The various Burmish languages have a total of 35 million native speakers.

Names
Many Burmish names are known by various names in different languages (Bradley 1997).

In China, the Zaiwa ဇိုင်ဝါး/အဇီး 载瓦 (local Chinese exonym: Xiaoshan ရှောင့်ရှန် 小山), Lhao Vo 浪速 (local Chinese exonym: Lang'e 浪峨), Lashi 勒期 (local Chinese exonym: Chashan 茶山), and Pela 波拉 are officially classified as Jingpo people (Bolayu Yanjiu). The local Chinese exonym for the Jingpho proper is Dashan 大山.

Dai Qingxia (2005:3) lists the following autonyms and exonyms for the various Burmish groups as well as for Jingpho which is not a Burmish language, with both Chinese character and IPA transcriptions (given in square brackets).

Autonyms are:
Lhao Vo လန့်စု 浪速 (Lang'e 浪峨): lɔ̃˥˩ vɔ˧˩
Jingpho ဂျိန်းဖော 景颇: tʃiŋ˧˩ pʰoʔ˧˩
Zaiwa အဇီး 载瓦: tsai˧˩ va˥˩
Lashi လချိတ် 勒期: lă˧˩ tʃʰi˥˩
Pela ပေါ်လာ 波拉: po˧˩ la˧˩

The Chashan refer to themselves as ŋɔ˧˩ tʃʰaŋ˥ (Echang 峨昌), the Jingpho as phuk˥, the Lashi as tsai˧wu˧˩ (tsai˧ wu˥ [商务印书馆].)

Languages

Lama (2012)
Based on innovations in their tonal systems, Lama (2012: 177–179) classifies the languages as follows:

Burmish
Burmese cluster (Southern Burmish)
Achang–Zaiwa (Northern Burmish)
Achang cluster
Achang
Zaiwa cluster
Pela (Bola)
Leqi–Zaiwa
Lashi (Leqi)
Langsu (Maru), Zaiwa (Atsi)

Chashan, a recently discovered Northern Burmish language, is closely related to Lashi.

Maingtha is a Northern Burmish language whose speakers are classified as a Shan subgroup.

Nishi (1999)
Based on distinct treatment of the pre-glottalized initials of proto-Burmish, Nishi (1999: 68-70) divides the Burmish languages into two branches, Burmic and Maruic. The Burmic languages changed voiceless preglottalized stops into voiceless aspirate stops and preglottalized voiced sonorants into voiceless sonorants. The Maruic languages in contrast reflect voiceless preglottalized and affricate consonants as voiceless unaspirated and affricates with laryngealized vowels, and voiced preglottalized sonorants as voiced sonorants with laryngealized vowels. The Burmic languages include Burmese, Achang, and Xiandao. The Maruic languages include Atsi (Zaiwa), Lashi (Leqi), Maru (Langsu), and Bola. Nishi does not classify Hpon and Nusu.

Burmic
The Arakanese language retains r- separate from y-, whereas the two fall together in most Burmese dialects and indeed most Burmish languages. Tavoyan has kept kl- distinct. No dialect has kept ry- distinct from r-, but this may be an independent innovation in the various dialects. Merguiese is apparently the least well studied Burmese dialect.

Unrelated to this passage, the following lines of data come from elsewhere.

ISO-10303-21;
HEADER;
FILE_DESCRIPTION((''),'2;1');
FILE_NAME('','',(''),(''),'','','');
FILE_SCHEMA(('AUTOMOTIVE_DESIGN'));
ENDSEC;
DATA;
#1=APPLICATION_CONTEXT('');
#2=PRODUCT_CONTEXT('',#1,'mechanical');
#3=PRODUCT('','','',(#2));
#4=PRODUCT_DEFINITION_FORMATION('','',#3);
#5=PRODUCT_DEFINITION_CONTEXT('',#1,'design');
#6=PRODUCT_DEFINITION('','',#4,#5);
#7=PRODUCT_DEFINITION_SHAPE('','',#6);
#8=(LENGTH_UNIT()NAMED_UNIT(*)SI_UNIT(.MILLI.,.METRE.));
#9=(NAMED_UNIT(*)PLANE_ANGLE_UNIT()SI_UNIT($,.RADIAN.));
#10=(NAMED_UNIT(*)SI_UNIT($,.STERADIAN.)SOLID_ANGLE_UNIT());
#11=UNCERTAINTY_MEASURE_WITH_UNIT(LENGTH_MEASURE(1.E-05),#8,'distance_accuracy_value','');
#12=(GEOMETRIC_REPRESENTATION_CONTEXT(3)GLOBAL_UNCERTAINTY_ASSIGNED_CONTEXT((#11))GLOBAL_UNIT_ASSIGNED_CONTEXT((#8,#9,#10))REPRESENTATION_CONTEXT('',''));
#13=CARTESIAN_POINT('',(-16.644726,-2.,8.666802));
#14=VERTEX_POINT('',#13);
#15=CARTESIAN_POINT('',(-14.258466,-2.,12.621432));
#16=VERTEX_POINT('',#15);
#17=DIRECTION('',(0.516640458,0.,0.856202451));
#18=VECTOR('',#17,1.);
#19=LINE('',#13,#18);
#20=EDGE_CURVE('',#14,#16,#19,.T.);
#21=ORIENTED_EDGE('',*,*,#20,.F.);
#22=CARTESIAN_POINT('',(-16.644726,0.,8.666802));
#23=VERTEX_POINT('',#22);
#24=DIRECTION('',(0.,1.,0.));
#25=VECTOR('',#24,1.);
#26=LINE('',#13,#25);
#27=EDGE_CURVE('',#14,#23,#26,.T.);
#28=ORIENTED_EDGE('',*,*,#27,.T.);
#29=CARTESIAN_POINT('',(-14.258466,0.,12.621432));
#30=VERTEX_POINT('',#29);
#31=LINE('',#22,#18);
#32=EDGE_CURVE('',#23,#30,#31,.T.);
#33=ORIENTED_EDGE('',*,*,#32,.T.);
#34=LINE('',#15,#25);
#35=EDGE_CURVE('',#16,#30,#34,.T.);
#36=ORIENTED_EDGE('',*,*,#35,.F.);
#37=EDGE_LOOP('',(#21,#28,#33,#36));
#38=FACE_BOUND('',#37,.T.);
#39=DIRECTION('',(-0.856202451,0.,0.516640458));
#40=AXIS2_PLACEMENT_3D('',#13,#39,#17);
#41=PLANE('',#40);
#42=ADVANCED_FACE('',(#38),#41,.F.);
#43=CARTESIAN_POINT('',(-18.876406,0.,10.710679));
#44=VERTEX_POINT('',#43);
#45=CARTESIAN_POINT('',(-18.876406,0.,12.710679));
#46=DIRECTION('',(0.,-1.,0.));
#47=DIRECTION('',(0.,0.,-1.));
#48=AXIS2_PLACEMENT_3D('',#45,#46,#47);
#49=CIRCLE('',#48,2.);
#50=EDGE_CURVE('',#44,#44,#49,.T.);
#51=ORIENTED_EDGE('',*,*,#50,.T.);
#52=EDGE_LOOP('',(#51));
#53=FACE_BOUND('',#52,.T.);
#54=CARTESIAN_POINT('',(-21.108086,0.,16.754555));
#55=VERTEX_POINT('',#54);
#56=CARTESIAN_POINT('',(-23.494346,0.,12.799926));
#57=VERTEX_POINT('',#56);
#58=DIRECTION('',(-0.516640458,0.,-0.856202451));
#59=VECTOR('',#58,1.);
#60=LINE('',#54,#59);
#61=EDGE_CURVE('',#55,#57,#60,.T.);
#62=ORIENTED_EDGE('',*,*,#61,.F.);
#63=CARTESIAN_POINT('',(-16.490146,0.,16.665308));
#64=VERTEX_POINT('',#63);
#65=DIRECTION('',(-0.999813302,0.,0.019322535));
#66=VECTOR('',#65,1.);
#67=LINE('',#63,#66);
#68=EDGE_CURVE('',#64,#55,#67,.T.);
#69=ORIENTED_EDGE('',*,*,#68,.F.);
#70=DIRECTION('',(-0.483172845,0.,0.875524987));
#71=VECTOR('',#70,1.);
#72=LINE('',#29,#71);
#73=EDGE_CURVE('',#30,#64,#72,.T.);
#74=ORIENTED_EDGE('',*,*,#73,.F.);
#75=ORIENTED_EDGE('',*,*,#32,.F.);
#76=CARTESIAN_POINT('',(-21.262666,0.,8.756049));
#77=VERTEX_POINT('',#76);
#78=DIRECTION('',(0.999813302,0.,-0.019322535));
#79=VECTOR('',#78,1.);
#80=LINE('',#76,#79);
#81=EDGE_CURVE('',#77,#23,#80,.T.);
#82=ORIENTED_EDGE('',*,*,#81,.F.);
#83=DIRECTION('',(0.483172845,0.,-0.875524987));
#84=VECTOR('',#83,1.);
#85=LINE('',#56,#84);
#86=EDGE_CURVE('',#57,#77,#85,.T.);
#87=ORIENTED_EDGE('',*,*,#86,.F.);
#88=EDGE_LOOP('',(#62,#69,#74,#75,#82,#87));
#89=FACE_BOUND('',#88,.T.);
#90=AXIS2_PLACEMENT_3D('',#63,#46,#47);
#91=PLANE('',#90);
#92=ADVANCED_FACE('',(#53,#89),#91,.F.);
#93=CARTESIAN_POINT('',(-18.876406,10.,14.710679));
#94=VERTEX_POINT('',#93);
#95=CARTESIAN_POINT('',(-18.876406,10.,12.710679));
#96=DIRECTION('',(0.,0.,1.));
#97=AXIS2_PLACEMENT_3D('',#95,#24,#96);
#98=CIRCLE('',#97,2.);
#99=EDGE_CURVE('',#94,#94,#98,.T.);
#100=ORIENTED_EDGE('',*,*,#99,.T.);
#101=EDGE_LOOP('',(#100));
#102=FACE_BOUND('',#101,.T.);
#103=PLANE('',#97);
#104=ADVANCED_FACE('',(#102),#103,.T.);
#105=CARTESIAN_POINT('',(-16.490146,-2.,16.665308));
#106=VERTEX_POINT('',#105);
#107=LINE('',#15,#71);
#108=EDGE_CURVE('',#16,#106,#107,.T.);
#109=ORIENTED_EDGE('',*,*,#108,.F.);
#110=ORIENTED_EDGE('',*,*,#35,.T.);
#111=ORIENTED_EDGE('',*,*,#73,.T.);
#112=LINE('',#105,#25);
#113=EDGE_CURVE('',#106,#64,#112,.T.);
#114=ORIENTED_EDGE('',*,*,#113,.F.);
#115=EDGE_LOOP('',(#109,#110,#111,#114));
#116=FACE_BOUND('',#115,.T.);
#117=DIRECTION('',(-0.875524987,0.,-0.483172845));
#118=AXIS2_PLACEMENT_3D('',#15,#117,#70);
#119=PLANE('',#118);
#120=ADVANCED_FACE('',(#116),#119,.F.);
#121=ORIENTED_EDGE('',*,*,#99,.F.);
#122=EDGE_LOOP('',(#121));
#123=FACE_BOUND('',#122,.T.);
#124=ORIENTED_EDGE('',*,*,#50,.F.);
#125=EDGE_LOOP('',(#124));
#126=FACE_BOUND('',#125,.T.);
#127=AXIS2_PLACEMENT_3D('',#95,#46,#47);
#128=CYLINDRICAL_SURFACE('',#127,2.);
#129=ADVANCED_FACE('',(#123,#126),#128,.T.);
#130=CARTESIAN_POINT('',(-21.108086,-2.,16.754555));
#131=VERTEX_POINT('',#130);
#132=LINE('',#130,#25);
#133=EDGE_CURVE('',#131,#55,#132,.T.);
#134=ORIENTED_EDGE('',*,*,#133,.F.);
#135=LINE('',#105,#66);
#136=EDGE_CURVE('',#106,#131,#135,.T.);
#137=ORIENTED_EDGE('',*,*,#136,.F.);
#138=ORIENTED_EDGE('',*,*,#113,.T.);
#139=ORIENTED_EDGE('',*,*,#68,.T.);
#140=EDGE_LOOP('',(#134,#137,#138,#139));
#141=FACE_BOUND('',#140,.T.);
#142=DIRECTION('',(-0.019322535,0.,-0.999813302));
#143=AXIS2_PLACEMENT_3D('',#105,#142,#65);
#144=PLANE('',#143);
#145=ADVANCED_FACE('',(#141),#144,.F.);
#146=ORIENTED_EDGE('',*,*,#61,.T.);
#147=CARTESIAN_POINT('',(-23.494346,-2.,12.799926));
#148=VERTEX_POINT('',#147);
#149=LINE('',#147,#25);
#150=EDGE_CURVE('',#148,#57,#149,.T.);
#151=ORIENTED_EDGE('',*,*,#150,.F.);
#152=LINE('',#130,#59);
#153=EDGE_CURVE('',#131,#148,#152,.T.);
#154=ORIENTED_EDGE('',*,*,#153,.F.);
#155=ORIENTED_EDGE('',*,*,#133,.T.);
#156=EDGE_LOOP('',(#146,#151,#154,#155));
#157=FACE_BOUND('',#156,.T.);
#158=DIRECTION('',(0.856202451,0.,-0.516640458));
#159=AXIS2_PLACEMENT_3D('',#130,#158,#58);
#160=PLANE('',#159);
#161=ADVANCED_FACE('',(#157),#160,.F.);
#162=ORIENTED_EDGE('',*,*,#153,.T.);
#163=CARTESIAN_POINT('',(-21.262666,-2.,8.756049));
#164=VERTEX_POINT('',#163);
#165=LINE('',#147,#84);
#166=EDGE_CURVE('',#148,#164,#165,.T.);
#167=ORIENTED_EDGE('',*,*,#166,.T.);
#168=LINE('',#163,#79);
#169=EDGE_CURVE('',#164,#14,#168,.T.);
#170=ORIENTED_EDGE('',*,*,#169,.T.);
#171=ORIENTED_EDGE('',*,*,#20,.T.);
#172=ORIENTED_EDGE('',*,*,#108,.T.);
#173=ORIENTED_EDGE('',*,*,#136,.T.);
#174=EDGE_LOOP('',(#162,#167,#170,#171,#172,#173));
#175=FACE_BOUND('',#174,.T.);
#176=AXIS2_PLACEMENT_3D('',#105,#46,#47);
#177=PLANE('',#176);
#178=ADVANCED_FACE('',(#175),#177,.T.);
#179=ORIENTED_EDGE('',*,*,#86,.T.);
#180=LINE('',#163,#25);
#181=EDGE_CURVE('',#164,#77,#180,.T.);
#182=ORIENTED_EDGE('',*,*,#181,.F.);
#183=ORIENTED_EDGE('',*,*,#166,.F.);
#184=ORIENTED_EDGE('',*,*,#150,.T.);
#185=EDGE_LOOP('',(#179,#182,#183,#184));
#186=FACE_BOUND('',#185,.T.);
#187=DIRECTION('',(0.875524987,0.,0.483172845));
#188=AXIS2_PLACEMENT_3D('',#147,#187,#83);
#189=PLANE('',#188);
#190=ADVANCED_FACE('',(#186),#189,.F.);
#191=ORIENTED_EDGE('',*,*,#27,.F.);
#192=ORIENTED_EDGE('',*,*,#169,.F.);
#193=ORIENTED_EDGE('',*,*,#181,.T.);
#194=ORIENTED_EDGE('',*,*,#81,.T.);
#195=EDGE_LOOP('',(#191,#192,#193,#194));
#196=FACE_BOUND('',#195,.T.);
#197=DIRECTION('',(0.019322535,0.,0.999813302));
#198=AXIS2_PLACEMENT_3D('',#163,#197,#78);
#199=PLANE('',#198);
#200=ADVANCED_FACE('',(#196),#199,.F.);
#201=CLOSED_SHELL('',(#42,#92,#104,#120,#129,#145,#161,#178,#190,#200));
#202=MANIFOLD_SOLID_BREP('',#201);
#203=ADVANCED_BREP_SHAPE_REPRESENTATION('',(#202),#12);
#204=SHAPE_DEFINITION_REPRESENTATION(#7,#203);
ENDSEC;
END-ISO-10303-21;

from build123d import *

# Parameters (mm, degrees)
SKETCH1_R           = 2
BOSS_EXTRUDE1_DEPTH = 10
BOSS_EXTRUDE4_DEPTH = 2


with BuildPart() as part:
    # Sketch1 → Boss-Extrude1 (new body)
    with BuildSketch(Plane(origin=(0, 0, 0), x_dir=(1, 0, 0), z_dir=(0, 1, 0))):
        with Locations((-18.876405997, -12.710678642)):
            Circle(SKETCH1_R)
    extrude(amount=BOSS_EXTRUDE1_DEPTH)

    # Sketch4 → Boss-Extrude4 (add)
    with BuildSketch(Plane.XZ):
        Polygon((-16.490145939, 16.665308368), (-21.108085773, 16.754555336), (-23.494345831, 12.79992561), (-21.262666056, 8.756048917), (-16.644726221, 8.666801949), (-14.258466163, 12.621431674), align=None)
    extrude(amount=BOSS_EXTRUDE4_DEPTH)


solid = part.part
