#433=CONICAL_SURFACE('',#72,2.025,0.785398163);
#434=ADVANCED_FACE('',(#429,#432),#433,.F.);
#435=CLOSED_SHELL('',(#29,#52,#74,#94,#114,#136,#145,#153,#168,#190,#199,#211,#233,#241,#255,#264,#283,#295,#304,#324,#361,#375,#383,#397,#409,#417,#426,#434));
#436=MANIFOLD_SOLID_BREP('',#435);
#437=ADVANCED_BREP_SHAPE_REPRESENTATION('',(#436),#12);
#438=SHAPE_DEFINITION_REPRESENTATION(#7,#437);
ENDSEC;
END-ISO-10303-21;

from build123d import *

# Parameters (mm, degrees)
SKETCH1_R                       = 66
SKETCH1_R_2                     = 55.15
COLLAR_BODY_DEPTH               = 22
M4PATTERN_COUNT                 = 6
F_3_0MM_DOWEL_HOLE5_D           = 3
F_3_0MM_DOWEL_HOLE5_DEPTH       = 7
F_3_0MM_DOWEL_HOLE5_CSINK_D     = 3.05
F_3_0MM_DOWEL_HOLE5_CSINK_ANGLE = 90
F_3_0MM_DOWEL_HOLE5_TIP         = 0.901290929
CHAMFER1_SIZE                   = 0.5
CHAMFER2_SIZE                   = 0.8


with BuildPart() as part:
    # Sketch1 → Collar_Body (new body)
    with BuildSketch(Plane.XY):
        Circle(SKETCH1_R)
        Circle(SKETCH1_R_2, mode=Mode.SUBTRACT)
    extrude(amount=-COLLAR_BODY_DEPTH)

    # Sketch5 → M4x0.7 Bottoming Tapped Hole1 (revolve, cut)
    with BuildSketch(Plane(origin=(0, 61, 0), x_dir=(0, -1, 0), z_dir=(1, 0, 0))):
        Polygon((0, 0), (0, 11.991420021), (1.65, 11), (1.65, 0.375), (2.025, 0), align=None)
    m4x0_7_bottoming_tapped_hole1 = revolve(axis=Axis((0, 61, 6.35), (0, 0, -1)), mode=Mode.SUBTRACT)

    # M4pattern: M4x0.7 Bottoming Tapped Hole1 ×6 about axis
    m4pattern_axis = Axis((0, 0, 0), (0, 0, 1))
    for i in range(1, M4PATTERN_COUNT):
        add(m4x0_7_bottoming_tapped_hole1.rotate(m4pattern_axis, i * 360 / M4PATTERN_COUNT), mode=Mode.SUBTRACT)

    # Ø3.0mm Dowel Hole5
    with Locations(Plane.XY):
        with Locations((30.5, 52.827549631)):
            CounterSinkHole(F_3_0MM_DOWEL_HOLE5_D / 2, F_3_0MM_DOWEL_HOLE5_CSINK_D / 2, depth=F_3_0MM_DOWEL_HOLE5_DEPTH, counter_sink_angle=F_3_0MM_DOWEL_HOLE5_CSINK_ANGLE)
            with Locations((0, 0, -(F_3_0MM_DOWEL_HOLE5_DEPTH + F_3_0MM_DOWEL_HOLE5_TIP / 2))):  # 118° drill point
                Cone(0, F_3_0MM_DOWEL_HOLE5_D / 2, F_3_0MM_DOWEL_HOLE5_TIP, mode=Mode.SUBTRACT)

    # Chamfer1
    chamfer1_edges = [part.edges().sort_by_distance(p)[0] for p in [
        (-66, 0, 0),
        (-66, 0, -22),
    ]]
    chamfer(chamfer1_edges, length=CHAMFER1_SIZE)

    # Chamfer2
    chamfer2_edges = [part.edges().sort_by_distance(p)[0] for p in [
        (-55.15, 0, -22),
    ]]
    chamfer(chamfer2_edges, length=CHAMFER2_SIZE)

Burmese language (incl. Standard Burmese and Arakanese)
Achang (Huang et al. 1992, Wannemacher 1995-7)
Xiandao (Huang et al. 1992)
?Hpon/Hpun (Luce 1985: Charts S, T, V; Henderson 1986)
Danu

Maruic
Atsi (Zaiwa) (Burling 1967, Dai 1981, Yabu 1982, Xu and Xu 1984, Luce 1985: Charts S, T, V; Dai 1986, Huang et al. 1992, Wannemacher 1995-7, Wannemacher 1998)
Bola (Dai et al.: 1991; Huang et al. 1992, Edmondson 1992)
Lashi (Luce 1985: Charts S, T, V; Huang et al. 1992; Wannemacher 1995-7)
Maru (Lhao Vo) (Clerk 1911, Burling 1967, Luce 1985: Charts S, T, V; Okell 1988; Dai et al.: 1991; Huang et al. 1992; Wannemacher 1995-7)
Chashan also goes here

Mann (1998)
Mann (1998: 16, 137) in contrast groups together Achang, Bela (by which he probably means Bola), Lashi, Maru, and Atsi together as North Burmic.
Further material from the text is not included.